Raimundo é rapaz forte, trabalha
na lavoura desde quando se lembra de que é gente, e não se queixa da rotina.
Todo dia precisa comer, então é razoável que todo dia precise trabalhar.
A lida começa antes de o sol
nascer e naquela quinta-feira estava particularmente quente. O seu Januário até dispensou um pouco mais cedo, pois os trabalhadores demonstravam visível
exaustão e ele temia ter desfalque no dia posterior. Raimundo era o único que
não aparentava cansaço, respondeu positivamente com a cabeça e disse “sim,
senhor” ao ouvir o anúncio.
Antonio, Jorge, Tião e Cambimba
saíram em direção ao bar, enquanto Raimundo recolhia seus pertences.
-Tu não vem, Raimundo?
-Vo não.
Raimundo tinha outros planos:
aproveitaria o horário para visitar Marizete, a essa hora o seu Mané não deve
estar em casa. Mesmo sabendo da cheia do rio, o rapaz não hesitou e achou que
valeria o esforço para ganhar tempo, seu coração era todo saudades.

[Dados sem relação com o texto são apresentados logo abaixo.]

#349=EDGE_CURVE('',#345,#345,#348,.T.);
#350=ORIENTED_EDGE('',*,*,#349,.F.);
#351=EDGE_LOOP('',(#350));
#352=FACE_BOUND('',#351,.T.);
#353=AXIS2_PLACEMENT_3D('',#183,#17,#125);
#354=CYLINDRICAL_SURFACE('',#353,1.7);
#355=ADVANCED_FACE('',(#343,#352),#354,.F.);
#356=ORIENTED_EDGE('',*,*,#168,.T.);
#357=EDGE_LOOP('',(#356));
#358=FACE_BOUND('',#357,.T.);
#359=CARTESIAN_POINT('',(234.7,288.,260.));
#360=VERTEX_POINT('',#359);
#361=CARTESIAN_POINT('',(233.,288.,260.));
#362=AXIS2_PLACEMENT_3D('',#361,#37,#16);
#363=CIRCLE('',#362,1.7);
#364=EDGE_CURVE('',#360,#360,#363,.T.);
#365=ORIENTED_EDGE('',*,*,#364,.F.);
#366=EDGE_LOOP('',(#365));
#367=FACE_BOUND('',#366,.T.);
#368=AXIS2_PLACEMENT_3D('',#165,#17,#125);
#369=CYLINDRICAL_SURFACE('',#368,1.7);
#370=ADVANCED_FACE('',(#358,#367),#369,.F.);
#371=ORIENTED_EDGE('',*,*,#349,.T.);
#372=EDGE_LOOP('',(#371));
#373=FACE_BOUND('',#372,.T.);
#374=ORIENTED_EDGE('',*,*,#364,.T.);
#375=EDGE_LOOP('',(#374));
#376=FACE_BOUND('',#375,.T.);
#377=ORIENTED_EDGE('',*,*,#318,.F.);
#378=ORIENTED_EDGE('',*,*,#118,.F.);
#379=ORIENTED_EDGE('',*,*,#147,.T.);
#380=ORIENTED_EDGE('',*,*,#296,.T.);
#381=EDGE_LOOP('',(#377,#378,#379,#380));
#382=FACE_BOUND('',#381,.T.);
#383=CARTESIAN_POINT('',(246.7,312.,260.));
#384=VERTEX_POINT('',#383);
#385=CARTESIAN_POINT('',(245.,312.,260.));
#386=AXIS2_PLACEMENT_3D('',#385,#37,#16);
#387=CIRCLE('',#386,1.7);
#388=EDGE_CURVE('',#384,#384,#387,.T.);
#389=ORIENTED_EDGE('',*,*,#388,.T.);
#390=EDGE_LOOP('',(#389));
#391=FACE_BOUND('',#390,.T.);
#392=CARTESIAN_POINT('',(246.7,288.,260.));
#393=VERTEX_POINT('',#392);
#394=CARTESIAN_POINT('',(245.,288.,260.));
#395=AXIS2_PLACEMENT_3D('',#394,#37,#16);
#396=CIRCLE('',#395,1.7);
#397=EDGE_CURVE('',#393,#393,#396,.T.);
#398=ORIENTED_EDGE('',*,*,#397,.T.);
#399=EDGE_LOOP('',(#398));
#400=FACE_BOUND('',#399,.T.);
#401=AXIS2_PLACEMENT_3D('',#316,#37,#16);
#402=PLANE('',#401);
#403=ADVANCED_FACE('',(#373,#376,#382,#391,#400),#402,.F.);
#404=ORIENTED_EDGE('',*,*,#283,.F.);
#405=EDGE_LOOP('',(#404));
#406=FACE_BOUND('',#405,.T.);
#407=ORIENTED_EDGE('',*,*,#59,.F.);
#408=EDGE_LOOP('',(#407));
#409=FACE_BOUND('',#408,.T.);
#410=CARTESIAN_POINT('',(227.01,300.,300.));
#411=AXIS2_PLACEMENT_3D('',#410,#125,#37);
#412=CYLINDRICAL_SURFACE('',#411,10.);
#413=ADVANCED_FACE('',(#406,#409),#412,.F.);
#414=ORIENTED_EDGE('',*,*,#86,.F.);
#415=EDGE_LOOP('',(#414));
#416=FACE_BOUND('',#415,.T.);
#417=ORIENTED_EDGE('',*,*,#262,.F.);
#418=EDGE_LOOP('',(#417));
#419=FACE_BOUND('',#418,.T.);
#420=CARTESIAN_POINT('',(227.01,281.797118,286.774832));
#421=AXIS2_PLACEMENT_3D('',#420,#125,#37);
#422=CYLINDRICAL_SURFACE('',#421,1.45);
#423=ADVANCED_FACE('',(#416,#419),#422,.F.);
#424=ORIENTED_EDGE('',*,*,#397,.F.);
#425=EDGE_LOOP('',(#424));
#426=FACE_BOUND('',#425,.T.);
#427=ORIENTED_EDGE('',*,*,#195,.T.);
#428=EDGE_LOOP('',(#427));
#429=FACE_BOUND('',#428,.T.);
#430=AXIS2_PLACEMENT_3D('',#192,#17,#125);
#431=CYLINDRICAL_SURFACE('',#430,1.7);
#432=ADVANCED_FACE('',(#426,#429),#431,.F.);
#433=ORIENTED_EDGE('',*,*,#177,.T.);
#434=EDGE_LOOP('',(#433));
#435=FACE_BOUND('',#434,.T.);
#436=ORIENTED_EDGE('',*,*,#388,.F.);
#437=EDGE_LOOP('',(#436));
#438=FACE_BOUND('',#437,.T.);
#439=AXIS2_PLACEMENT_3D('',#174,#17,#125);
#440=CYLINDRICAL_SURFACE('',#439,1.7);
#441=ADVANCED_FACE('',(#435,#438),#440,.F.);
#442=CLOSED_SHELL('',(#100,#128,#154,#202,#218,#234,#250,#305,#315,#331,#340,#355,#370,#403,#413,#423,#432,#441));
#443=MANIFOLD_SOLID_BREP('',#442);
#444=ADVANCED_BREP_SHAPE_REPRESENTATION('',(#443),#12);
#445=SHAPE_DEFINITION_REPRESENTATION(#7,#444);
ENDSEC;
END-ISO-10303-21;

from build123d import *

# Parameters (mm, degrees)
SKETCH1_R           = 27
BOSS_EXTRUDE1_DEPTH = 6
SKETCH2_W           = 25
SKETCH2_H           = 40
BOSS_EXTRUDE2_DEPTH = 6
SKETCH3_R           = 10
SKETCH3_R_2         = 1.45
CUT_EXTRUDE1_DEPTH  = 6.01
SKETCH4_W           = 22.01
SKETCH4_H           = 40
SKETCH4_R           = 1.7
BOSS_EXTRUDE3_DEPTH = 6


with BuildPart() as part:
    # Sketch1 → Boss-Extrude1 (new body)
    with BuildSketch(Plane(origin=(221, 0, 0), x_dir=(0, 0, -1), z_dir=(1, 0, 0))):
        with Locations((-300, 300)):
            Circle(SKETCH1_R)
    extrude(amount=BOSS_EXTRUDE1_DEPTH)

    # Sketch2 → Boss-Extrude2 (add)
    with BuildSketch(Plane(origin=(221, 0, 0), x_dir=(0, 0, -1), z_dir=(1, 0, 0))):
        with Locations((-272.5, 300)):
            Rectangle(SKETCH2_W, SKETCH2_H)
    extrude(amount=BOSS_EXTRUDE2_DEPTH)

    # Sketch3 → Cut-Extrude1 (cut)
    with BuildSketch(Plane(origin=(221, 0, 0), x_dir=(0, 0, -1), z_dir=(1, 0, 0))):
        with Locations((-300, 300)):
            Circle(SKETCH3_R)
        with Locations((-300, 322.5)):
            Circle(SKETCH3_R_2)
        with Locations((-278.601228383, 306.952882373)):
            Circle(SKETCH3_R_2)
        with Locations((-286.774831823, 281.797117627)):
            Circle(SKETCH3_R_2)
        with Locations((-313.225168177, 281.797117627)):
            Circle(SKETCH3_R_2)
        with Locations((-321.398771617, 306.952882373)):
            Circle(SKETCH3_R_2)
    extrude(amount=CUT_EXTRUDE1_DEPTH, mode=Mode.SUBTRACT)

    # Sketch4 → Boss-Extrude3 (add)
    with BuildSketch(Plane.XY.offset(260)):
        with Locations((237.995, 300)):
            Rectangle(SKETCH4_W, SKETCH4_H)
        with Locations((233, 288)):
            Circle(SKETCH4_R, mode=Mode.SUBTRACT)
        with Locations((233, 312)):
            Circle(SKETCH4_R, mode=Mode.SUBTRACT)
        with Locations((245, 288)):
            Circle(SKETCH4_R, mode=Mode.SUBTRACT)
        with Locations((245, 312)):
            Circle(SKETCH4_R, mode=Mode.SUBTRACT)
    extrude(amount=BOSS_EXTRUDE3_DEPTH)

Parece que o rio estava ainda mais
cheio do que comentara João da boca. Não importava, ele iria de qualquer jeito,
era ótimo nadador, só teria mais esforço. Amarrou suas coisas num pano, o
ajeitou e foi-se embora.
Já passava da metade do caminho,
quando abruptamente sentiu uma força que o fez mergulhar. Por mais que tentasse
tomar o controle, o fervedouro era implacável, indomável. Quanto mais tentava
lutar pela sobrevivência se utilizando da força, mais Raimundo afundava e a
vida lhe parecia dar adeus. Foi aí que conseguiu escutar o sussurro das
águas e se deixou levar pelo movimento delas. Girou, girou, e a cada giro um
novo segredo revelado, já não sentia falta de terra firme. No entanto, inesperadamente foi arremessado às margens do rio.
Raimundo ficou até o anoitecer deitado, olhando para o além.
Sim, a vida muda num instante. Era chegada a hora de partir.